[Start of Attachment]

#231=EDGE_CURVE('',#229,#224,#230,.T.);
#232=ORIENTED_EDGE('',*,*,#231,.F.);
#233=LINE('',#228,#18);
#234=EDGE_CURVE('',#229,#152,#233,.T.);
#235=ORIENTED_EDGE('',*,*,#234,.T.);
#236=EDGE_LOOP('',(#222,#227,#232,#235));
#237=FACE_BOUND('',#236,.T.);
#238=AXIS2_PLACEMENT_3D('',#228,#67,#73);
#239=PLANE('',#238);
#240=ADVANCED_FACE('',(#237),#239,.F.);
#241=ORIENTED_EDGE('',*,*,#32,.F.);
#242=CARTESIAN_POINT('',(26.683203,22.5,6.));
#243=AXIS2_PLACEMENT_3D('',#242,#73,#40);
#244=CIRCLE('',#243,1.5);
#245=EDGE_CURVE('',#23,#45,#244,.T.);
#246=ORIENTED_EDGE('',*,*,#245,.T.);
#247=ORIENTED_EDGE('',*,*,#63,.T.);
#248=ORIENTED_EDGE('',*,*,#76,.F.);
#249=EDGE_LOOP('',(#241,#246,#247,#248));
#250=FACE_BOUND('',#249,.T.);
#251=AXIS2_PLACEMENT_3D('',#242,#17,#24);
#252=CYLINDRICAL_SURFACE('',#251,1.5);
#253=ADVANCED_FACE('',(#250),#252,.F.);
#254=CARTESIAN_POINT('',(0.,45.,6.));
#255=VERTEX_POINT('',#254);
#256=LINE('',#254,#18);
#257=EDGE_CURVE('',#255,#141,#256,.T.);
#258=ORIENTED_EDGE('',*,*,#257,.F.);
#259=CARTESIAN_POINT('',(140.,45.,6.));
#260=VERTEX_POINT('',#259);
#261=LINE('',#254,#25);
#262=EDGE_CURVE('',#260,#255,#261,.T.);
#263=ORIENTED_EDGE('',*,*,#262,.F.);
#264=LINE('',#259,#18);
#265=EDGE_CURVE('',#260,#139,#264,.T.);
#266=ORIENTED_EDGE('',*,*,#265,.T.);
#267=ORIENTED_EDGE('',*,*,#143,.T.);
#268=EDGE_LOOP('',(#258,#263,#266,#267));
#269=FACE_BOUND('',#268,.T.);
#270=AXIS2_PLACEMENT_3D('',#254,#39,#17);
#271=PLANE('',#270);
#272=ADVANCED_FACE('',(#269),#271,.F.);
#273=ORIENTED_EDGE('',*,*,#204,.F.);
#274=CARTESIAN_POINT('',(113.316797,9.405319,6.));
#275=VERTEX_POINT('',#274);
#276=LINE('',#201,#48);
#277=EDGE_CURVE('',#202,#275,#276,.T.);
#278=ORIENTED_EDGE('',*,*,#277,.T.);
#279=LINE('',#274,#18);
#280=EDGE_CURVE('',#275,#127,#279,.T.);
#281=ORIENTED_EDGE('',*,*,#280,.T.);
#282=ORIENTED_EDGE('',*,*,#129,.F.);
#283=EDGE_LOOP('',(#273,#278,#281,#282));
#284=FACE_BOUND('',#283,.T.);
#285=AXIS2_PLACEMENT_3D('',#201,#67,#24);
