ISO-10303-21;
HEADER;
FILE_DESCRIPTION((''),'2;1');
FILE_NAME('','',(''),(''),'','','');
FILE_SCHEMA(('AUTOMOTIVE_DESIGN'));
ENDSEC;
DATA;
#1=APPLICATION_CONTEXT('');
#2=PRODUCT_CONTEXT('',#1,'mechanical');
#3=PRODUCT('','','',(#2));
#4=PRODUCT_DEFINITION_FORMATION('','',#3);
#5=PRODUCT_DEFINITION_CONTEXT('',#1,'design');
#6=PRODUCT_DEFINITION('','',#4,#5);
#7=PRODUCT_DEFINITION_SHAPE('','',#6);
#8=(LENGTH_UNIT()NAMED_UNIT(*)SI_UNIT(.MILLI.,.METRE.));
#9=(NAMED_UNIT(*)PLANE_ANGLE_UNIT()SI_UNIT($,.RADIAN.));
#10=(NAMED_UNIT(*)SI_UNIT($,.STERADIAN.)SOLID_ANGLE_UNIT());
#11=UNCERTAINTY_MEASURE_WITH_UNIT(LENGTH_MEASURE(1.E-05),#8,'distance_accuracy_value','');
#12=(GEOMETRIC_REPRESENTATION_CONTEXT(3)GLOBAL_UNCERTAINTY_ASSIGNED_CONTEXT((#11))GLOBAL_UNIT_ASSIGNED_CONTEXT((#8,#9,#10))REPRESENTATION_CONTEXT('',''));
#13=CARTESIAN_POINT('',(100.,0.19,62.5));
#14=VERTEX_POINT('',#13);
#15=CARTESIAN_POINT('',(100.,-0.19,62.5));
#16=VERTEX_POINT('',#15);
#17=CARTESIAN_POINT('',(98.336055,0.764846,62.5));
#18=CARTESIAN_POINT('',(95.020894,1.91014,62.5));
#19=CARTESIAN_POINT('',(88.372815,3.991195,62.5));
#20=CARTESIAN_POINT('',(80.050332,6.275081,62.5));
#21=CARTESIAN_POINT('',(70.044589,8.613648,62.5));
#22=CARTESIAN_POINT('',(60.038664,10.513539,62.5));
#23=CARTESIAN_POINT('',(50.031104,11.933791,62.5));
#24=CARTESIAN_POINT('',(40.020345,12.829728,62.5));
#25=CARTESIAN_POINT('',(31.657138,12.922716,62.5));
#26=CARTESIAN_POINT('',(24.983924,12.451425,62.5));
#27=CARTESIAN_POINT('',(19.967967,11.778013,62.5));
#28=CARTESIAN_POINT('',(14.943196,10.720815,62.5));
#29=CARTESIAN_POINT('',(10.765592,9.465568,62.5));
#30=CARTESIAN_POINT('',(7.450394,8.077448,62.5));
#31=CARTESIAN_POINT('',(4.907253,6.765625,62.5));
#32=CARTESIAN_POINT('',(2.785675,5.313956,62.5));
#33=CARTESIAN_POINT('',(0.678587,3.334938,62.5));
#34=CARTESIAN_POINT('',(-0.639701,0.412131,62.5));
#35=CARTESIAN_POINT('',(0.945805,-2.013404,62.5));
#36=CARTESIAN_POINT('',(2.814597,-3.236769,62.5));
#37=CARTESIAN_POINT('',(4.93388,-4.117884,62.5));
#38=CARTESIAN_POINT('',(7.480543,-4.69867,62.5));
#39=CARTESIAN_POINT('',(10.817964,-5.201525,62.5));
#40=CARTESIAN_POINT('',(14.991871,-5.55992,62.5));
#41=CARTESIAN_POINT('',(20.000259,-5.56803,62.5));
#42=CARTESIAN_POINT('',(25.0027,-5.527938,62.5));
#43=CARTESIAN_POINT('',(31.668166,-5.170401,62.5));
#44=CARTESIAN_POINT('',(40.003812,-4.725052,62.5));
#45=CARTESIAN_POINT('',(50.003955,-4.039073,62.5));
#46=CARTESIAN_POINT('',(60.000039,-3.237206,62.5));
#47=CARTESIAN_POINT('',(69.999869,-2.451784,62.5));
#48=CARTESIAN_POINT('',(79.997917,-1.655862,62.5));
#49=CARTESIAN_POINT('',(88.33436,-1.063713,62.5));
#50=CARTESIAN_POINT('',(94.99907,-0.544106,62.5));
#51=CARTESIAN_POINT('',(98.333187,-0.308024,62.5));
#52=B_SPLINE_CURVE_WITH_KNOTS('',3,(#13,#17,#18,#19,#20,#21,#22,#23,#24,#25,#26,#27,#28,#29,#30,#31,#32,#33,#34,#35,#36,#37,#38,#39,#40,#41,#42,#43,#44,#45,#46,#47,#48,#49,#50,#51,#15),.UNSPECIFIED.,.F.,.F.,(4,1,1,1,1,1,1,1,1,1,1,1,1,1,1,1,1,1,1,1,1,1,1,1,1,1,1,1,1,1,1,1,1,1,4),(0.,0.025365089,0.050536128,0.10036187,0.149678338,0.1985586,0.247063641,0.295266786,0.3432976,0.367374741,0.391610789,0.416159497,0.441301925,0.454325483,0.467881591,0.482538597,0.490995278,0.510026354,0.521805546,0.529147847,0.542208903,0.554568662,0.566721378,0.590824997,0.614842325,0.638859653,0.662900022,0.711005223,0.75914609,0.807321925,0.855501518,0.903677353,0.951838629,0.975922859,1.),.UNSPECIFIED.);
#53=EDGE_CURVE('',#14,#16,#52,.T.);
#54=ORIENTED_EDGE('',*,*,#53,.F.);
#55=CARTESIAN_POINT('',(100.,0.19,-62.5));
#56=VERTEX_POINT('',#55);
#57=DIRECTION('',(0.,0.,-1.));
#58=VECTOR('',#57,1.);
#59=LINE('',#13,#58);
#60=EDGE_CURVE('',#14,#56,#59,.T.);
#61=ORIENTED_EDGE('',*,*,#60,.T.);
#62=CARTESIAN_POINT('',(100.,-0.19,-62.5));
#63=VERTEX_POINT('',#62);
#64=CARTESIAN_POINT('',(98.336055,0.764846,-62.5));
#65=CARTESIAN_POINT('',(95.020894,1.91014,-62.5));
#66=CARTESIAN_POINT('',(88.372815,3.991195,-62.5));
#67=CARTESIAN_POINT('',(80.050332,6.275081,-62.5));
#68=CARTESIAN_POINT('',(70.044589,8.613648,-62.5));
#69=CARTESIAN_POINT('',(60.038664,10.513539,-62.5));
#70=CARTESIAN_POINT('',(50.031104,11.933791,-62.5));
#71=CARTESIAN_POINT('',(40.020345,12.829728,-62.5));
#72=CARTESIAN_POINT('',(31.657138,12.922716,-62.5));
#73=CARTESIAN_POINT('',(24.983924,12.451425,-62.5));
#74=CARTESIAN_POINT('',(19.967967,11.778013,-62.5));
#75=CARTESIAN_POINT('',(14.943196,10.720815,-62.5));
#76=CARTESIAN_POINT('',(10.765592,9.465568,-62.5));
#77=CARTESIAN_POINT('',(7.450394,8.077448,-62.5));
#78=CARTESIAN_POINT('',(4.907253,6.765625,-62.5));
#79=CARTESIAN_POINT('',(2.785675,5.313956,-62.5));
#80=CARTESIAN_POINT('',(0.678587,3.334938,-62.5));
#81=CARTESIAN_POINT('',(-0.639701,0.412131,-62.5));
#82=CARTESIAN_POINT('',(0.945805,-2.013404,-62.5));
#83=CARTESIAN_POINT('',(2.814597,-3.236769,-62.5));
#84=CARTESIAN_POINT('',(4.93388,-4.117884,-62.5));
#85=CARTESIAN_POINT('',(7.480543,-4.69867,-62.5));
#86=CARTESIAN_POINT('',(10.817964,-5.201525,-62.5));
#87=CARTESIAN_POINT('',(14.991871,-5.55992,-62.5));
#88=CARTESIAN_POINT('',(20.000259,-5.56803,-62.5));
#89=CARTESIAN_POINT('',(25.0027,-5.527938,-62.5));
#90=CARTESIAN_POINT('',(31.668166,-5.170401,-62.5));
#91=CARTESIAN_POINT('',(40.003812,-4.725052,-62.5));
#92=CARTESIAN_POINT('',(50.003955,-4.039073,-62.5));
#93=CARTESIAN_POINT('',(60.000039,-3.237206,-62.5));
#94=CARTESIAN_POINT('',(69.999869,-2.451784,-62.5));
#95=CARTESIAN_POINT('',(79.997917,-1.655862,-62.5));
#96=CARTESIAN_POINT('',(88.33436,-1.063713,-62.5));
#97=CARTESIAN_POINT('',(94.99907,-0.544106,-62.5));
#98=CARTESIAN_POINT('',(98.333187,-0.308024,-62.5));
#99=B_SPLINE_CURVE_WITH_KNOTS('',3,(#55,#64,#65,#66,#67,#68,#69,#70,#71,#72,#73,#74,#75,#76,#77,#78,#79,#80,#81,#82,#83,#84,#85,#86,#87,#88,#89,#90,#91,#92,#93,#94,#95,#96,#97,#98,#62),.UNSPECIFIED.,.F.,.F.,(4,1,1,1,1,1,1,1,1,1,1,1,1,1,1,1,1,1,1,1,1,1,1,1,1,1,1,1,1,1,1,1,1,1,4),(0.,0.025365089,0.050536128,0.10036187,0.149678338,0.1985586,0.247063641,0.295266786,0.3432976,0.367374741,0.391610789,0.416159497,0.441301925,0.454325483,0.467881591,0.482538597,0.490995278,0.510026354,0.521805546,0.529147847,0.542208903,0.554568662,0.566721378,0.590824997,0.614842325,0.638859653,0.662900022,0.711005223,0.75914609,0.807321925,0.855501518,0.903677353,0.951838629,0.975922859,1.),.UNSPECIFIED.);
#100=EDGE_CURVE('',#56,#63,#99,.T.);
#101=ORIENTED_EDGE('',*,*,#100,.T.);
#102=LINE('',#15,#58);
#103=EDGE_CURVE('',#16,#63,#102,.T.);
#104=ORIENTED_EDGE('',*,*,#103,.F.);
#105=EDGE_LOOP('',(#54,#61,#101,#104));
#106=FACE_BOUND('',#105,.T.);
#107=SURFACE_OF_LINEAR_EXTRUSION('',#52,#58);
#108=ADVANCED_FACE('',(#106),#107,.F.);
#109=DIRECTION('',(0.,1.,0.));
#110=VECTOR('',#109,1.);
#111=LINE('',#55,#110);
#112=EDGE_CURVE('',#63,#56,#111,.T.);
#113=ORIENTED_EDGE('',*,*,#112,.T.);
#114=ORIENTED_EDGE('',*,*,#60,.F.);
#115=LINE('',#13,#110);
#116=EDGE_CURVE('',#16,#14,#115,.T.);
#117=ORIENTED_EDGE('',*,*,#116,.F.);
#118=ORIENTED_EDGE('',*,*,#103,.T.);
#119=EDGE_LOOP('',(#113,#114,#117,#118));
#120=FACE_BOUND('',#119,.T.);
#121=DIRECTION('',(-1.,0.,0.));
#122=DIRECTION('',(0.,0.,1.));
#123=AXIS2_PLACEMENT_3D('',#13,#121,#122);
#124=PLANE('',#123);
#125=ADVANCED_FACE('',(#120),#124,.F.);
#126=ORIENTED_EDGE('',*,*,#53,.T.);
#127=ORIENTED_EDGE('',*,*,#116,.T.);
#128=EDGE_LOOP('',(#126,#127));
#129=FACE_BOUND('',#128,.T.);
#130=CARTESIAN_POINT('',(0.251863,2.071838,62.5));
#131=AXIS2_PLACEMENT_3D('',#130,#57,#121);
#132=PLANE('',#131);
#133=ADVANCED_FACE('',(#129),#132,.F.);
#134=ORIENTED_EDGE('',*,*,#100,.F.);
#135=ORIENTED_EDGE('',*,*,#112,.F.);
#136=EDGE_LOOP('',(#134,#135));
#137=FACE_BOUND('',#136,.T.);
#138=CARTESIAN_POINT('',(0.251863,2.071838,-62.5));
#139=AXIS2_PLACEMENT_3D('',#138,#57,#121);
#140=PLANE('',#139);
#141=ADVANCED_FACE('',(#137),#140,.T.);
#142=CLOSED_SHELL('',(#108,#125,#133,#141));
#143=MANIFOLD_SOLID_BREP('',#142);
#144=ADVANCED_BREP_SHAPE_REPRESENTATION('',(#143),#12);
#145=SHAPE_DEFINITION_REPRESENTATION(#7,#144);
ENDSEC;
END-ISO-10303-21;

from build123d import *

# Parameters (mm, degrees)
BOSS_EXTRUDE1_DEPTH = 62.5


with BuildPart() as part:
    # Sketch2 → Boss-Extrude1 (new, symmetric)
    with BuildSketch(Plane.XY):
        with BuildLine():
            Line((100, 0.19), (100, -0.19))
            add(Edge.make_bspline(
                [(100, 0.19), (98.336054642, 0.764845915), (95.020893564, 1.910140015), (88.372815363, 3.99119496), (80.050332065, 6.275081208), (70.044588655, 8.613647635), (60.03866438, 10.513538847), (50.031104018, 11.9337906), (40.020344676, 12.82972834), (31.657138298, 12.922716347), (24.983924183, 12.451424688), (19.967967326, 11.778013226), (14.943195689, 10.720815242), (10.765592192, 9.46556819), (7.450393807, 8.077448129), (4.907252579, 6.765624548), (2.785675183, 5.313955872), (0.678587456, 3.334938285), (-0.639700555, 0.412131012), (0.945805466, -2.013404429), (2.81459737, -3.236769208), (4.933879714, -4.117884482), (7.480542813, -4.698670083), (10.817964106, -5.201524685), (14.991871282, -5.559919603), (20.000259285, -5.568030067), (25.002699826, -5.527937612), (31.668165845, -5.170401078), (40.00381152, -4.725051802), (50.003955146, -4.039072774), (60.000038774, -3.237206338), (69.999869087, -2.451783747), (79.997917336, -1.655862379), (88.334360044, -1.063713011), (94.999069588, -0.544106166), (98.333186783, -0.308023805), (100, -0.19)],
                knots=[0, 0, 0, 0, 0.025365089, 0.050536128, 0.10036187, 0.149678338, 0.1985586, 0.247063641, 0.295266786, 0.3432976, 0.367374741, 0.391610789, 0.416159497, 0.441301925, 0.454325483, 0.467881591, 0.482538597, 0.490995278, 0.510026354, 0.521805546, 0.529147847, 0.542208903, 0.554568662, 0.566721378, 0.590824997, 0.614842325, 0.638859653, 0.662900022, 0.711005223, 0.75914609, 0.807321925, 0.855501518, 0.903677353, 0.951838629, 0.975922859, 1, 1, 1, 1], degree=3))
        make_face()
    extrude(amount=BOSS_EXTRUDE1_DEPTH, both=True)


solid = part.part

[End of Attachment]

→ **Assignment**
One stretch of the lines above is wanted, from the line that contains "#134=ORIENTED_EDGE('',*,*,#100,.F.);" through the line that contains "END-ISO-10303-21;". Output it exactly.

→ **Output for this task**
#134=ORIENTED_EDGE('',*,*,#100,.F.);
#135=ORIENTED_EDGE('',*,*,#112,.F.);
#136=EDGE_LOOP('',(#134,#135));
#137=FACE_BOUND('',#136,.T.);
#138=CARTESIAN_POINT('',(0.251863,2.071838,-62.5));
#139=AXIS2_PLACEMENT_3D('',#138,#57,#121);
#140=PLANE('',#139);
#141=ADVANCED_FACE('',(#137),#140,.T.);
#142=CLOSED_SHELL('',(#108,#125,#133,#141));
#143=MANIFOLD_SOLID_BREP('',#142);
#144=ADVANCED_BREP_SHAPE_REPRESENTATION('',(#143),#12);
#145=SHAPE_DEFINITION_REPRESENTATION(#7,#144);
ENDSEC;
END-ISO-10303-21;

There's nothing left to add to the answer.